Inseparable $C^*$-algebras In many theories about $C^*$-algebras, the $C^*$-algebras are always assumed to be separable. I have a question: Why few people discuss the inseparble $C^*$-algebras? Are they more difficult to handle?
 A: It really depends on what you are doing with your $C^*$-algebras.  I wouldn't say that few people study nonseparable $C^*$-algebras, but a lot of modern areas of research (in particular, classification) are currently dealing with separable algebras, because, in short, they are easier to deal with (see my last paragraph).  There isn't one all-encompassing reason why one would consider separable algebras over nonseparable algebras, but there are several reasons that come to mind.  Here's a short list of possible reasons:


*

*For a separable $C^*$-algebra, one can guarantee the existence of a sequential approximate unit (of course, if this is the only reason, you can just assume your algebra is $\sigma$-unital).

*For separable $C^*$-algebras, there is always a faithful representation on a separable Hilbert space, and the space of bounded operators on separable Hilbert spaces is more well-behaved than the space of operators on nonseparable Hilbert spaces.

*Any $C^*$-algebra is an inductive limit of its separable $C^*$-subalgebras.  So if a given property passes to inductive limits, it suffices to check it on separable subalgebras. 

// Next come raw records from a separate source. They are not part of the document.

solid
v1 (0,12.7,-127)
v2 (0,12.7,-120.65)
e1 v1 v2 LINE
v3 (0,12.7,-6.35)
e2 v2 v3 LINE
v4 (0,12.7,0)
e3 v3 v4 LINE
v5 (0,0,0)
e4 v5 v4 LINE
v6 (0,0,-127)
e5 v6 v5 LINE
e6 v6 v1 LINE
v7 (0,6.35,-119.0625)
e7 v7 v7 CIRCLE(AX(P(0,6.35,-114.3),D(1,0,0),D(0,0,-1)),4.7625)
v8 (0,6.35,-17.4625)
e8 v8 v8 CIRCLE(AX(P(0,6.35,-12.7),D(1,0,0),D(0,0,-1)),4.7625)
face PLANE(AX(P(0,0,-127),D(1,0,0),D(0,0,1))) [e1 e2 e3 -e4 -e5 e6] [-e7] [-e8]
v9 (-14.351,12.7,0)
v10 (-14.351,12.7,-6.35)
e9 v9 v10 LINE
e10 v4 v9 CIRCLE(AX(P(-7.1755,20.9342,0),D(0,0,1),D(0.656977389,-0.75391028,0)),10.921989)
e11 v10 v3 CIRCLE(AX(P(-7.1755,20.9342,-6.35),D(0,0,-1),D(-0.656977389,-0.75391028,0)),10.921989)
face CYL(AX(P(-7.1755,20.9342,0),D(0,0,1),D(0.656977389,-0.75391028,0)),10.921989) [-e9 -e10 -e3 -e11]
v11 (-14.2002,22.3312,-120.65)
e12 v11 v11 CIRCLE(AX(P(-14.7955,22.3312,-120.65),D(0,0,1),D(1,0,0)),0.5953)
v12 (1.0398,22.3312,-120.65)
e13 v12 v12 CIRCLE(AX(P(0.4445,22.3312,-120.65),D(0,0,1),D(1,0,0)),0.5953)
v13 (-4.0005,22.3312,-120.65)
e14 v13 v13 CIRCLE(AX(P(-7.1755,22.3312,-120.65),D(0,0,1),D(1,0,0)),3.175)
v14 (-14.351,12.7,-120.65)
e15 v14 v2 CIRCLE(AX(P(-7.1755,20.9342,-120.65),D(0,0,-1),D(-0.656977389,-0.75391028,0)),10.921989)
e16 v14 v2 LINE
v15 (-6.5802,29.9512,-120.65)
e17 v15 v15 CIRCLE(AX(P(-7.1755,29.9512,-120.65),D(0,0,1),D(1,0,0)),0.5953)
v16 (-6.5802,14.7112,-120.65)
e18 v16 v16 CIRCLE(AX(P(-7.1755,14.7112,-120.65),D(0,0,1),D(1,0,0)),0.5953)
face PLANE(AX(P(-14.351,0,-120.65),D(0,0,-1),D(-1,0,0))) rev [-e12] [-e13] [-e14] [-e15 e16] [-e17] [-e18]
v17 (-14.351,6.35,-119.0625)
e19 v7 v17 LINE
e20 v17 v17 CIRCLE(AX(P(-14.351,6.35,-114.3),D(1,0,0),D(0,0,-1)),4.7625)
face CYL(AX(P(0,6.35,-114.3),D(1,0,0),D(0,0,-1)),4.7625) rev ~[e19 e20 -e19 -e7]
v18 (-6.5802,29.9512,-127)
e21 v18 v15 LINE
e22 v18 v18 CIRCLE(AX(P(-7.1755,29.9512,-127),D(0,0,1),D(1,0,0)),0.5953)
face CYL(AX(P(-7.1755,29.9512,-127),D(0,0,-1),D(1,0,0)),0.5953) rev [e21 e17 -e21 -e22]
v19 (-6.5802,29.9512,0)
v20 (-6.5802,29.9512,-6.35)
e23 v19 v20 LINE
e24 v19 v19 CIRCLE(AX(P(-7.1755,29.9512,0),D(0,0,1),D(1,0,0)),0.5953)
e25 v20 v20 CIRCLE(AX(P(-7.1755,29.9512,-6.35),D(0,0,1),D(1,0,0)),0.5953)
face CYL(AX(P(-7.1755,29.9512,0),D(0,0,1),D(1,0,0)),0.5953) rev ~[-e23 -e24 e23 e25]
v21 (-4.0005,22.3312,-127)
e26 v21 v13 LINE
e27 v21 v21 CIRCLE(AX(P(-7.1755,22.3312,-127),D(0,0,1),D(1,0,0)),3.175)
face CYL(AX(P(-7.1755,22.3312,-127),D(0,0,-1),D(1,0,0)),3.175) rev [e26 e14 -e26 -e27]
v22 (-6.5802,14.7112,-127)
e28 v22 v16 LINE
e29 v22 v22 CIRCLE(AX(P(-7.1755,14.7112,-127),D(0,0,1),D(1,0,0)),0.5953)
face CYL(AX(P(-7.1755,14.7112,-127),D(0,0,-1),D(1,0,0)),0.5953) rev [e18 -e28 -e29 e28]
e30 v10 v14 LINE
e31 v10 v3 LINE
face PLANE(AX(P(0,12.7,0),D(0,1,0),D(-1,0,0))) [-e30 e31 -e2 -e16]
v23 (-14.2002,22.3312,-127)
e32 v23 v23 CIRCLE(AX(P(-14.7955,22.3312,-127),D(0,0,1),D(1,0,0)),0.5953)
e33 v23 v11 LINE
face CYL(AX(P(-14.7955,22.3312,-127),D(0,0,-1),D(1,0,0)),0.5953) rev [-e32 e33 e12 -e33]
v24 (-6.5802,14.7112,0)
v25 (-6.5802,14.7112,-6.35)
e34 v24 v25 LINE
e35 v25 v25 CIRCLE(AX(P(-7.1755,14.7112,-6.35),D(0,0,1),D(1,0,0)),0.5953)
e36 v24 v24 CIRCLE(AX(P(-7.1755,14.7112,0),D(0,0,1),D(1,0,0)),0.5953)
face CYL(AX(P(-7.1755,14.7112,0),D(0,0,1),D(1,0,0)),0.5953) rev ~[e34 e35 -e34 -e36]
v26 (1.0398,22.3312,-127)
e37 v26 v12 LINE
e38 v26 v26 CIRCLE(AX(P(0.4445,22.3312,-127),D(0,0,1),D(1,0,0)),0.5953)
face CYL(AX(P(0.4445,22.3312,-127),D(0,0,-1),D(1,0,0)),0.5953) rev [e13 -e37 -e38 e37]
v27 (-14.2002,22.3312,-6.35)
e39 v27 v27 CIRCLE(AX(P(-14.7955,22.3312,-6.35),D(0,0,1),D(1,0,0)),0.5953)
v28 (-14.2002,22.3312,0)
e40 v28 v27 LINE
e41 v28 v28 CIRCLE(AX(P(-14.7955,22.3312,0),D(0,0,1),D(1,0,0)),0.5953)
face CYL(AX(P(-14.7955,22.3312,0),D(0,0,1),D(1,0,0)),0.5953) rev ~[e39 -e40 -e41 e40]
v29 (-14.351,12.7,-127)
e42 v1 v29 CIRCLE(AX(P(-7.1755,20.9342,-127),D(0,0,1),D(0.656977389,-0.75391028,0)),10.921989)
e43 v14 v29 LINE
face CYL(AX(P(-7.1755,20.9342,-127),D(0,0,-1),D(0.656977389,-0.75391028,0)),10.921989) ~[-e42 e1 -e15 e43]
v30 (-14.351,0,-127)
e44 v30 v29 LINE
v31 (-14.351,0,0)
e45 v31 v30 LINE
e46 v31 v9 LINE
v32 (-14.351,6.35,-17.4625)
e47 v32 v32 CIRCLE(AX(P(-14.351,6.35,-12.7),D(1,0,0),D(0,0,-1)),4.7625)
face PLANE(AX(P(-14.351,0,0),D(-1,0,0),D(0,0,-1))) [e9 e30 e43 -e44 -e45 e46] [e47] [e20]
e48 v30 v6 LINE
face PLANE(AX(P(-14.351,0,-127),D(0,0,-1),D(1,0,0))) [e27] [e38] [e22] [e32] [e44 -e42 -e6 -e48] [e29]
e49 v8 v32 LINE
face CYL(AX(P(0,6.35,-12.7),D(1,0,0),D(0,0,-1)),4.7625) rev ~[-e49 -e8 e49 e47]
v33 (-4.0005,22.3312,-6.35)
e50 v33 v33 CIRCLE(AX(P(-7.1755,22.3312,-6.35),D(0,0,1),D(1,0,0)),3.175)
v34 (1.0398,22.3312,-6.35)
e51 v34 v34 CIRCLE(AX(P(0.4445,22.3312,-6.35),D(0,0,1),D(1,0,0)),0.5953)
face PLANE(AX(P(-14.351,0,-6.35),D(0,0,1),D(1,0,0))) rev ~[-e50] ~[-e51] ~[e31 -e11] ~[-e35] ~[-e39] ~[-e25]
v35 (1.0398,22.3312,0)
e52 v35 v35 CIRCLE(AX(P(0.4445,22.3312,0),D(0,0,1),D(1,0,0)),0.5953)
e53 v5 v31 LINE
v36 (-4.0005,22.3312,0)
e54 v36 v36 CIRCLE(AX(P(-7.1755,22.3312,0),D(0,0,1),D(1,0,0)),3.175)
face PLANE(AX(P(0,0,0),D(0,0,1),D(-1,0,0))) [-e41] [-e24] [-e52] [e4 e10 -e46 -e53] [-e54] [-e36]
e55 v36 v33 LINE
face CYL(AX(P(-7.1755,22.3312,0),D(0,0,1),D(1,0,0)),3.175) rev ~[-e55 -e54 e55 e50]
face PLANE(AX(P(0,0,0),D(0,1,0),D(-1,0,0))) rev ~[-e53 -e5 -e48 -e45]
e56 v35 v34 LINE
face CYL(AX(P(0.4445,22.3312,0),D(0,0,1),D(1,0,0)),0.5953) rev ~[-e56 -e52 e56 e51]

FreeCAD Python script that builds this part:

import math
import FreeCAD as App
import Part
import Sketcher

V = App.Vector
Q = App.Units.Quantity

doc = App.newDocument("Part")
body = doc.addObject("PartDesign::Body", "Body")

# Sketch on XZ plane
sketch1 = body.newObject("Sketcher::SketchObject", "Sketch")
sketch1.AttachmentSupport = (doc.getObject("XZ_Plane"), [""])
sketch1.MapMode = "FlatFace"
sketch1.addGeometry(Part.LineSegment(V(-14, 0, 0), V(0, 0, 0)), False)
sketch1.addGeometry(Part.LineSegment(V(0, 0, 0), V(0, -127, 0)), False)
sketch1.addGeometry(Part.LineSegment(V(0, -127, 0), V(-14, -127, 0)), False)
sketch1.addGeometry(Part.LineSegment(V(-14, -127, 0), V(-14, 0, 0)), False)
sketch1.addConstraint(Sketcher.Constraint("Coincident", 0, 2, 1, 1))
sketch1.addConstraint(Sketcher.Constraint("Coincident", 1, 2, 2, 1))
sketch1.addConstraint(Sketcher.Constraint("Coincident", 2, 2, 3, 1))
sketch1.addConstraint(Sketcher.Constraint("Coincident", 3, 2, 0, 1))
sketch1.addConstraint(Sketcher.Constraint("Horizontal", 0))
sketch1.addConstraint(Sketcher.Constraint("Vertical", 1))
sketch1.addConstraint(Sketcher.Constraint("Horizontal", 2))
sketch1.addConstraint(Sketcher.Constraint("Vertical", 3))
sketch1.addConstraint(Sketcher.Constraint("Coincident", 0, 2, -1, 1))
sketch1.addConstraint(Sketcher.Constraint("DistanceY", 1, 2, 1, 1, Q("5 in")))
sketch1.addConstraint(Sketcher.Constraint("DistanceX", 0, 1, 0, 2, Q("0.565 in")))
pad1 = body.newObject("PartDesign::Pad", "Pad")
pad1.Profile = sketch1
pad1.Length = Q("0.5 in")
pad1.Reversed = True

# Sketch on YZ plane
sketch2 = body.newObject("Sketcher::SketchObject", "Sketch001")
sketch2.AttachmentSupport = (doc.getObject("YZ_Plane"), [""])
sketch2.MapMode = "FlatFace"
sketch2.addGeometry(Part.Circle(V(6.3, -12.7, 0), V(0, 0, 1), 4.8), False)
sketch2.addGeometry(Part.Circle(V(6.3, -114.3, 0), V(0, 0, 1), 4.8), False)
sketch2.addConstraint(Sketcher.Constraint("Equal", 0, 1))
sketch2.addConstraint(Sketcher.Constraint("Vertical", 0, 3, 1, 3))
sketch2.addConstraint(Sketcher.Constraint("Diameter", 0, Q("0.375 in")))
sketch2.addConstraint(Sketcher.Constraint("DistanceY", 1, 3, 0, 3, Q("4 in")))
sketch2.addConstraint(Sketcher.Constraint("DistanceY", 0, 3, -1, 1, Q("0.5 in")))
sketch2.addConstraint(Sketcher.Constraint("DistanceX", -1, 1, 0, 3, Q("0.25 in")))
pocket1 = body.newObject("PartDesign::Pocket", "Pocket")
pocket1.Profile = sketch2
pocket1.Type = "ThroughAll"

# Sketch on XY plane
sketch3 = body.newObject("Sketcher::SketchObject", "Sketch002")
sketch3.AttachmentSupport = (doc.getObject("XY_Plane"), [""])
sketch3.MapMode = "FlatFace"
sketch3.addGeometry(Part.LineSegment(V(-14.4, 12.7, 0), V(0, 12.7, 0)), False)
sketch3.addGeometry(Part.ArcOfCircle(Part.Circle(V(-7.2, 20.9, 0), V(0, 0, 1), 10.9), math.radians(-49), math.radians(229)), False)
sketch3.addGeometry(Part.Circle(V(-7.2, 14.7, 0), V(0, 0, 1), 0.6), False)
sketch3.addGeometry(Part.Circle(V(-14.8, 22.3, 0), V(0, 0, 1), 0.6), False)
sketch3.addGeometry(Part.Circle(V(-7.2, 22.3, 0), V(0, 0, 1), 3.2), False)
sketch3.addGeometry(Part.Circle(V(0.4, 22.3, 0), V(0, 0, 1), 0.6), False)
sketch3.addGeometry(Part.Circle(V(-7.2, 30, 0), V(0, 0, 1), 0.6), False)
sketch3.addConstraint(Sketcher.Constraint("Coincident", 0, 1, 1, 2))
sketch3.addConstraint(Sketcher.Constraint("Coincident", 1, 1, 0, 2))
sketch3.addConstraint(Sketcher.Constraint("Horizontal", 0))
sketch3.addConstraint(Sketcher.Constraint("Equal", 2, 3))
sketch3.addConstraint(Sketcher.Constraint("Equal", 3, 5))
sketch3.addConstraint(Sketcher.Constraint("Equal", 5, 6))
sketch3.addConstraint(Sketcher.Constraint("PointOnObject", 1, 1, -2))
sketch3.addConstraint(Sketcher.Constraint("Horizontal", 3, 3, 4, 3))
sketch3.addConstraint(Sketcher.Constraint("Horizontal", 4, 3, 5, 3))
sketch3.addConstraint(Sketcher.Constraint("Vertical", 1, 3, 2, 3))
sketch3.addConstraint(Sketcher.Constraint("Vertical", 2, 3, 4, 3))
sketch3.addConstraint(Sketcher.Constraint("Vertical", 4, 3, 6, 3))
sketch3.addConstraint(Sketcher.Constraint("Diameter", 4, Q("0.25 in")))
sketch3.addConstraint(Sketcher.Constraint("Radius", 1, Q("0.43 in")))
sketch3.addConstraint(Sketcher.Constraint("Diameter", 2, Q("0.046874 in")))
sketch3.addConstraint(Sketcher.Constraint("DistanceX", 3, 3, 1, 3, Q("0.3 in")))
sketch3.addConstraint(Sketcher.Constraint("DistanceY", 2, 3, 3, 3, Q("0.3 in")))
sketch3.addConstraint(Sketcher.Constraint("DistanceX", 4, 3, 5, 3, Q("0.3 in")))
sketch3.addConstraint(Sketcher.Constraint("DistanceY", 4, 3, 6, 3, Q("0.3 in")))
sketch3.addConstraint(Sketcher.Constraint("DistanceY", -1, 1, 0, 1, Q("0.5 in")))
sketch3.addConstraint(Sketcher.Constraint("DistanceX", 0, 1, 0, 2, Q("0.565 in")))
sketch3.addConstraint(Sketcher.Constraint("DistanceY", 0, 1, 3, 3, Q("9.6312 mm")))
pad2 = body.newObject("PartDesign::Pad", "Pad001")
pad2.Profile = sketch3
pad2.Length = Q("0.25 in")
pad2.Reversed = True
doc.recompute()

datumplane = body.newObject("PartDesign::Plane", "DatumPlane")
datumplane.AttachmentSupport = (doc.getObject("XY_Plane"), [""])
datumplane.MapMode = "FlatFace"
datumplane.AttachmentOffset = App.Placement(V(0, 0, -2.5 * 25.4), App.Rotation())
mirrored = body.newObject("PartDesign::Mirrored", "Mirrored")
mirrored.Originals = [pad2]
mirrored.MirrorPlane = (datumplane, [""])
body.Tip = mirrored

doc.recompute()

*Many naturally occurring classes of $C^*$-algebras are separable (examples in no particular order:$C(X)$ for $X$ compact and metrizable, group $C^*$-algebras of countable groups, AF-algebras, AF-embeddable algebras, AT-algebras, rotation algebras, Cuntz algebras, $\ldots$).


In regards to your last question, generally speaking, anytime someone adds an adjective to the class of objects they're studying, it's to make the problem simpler/ more accessible.  You remove adjectives (or put "non" in front of them) to make the problem harder.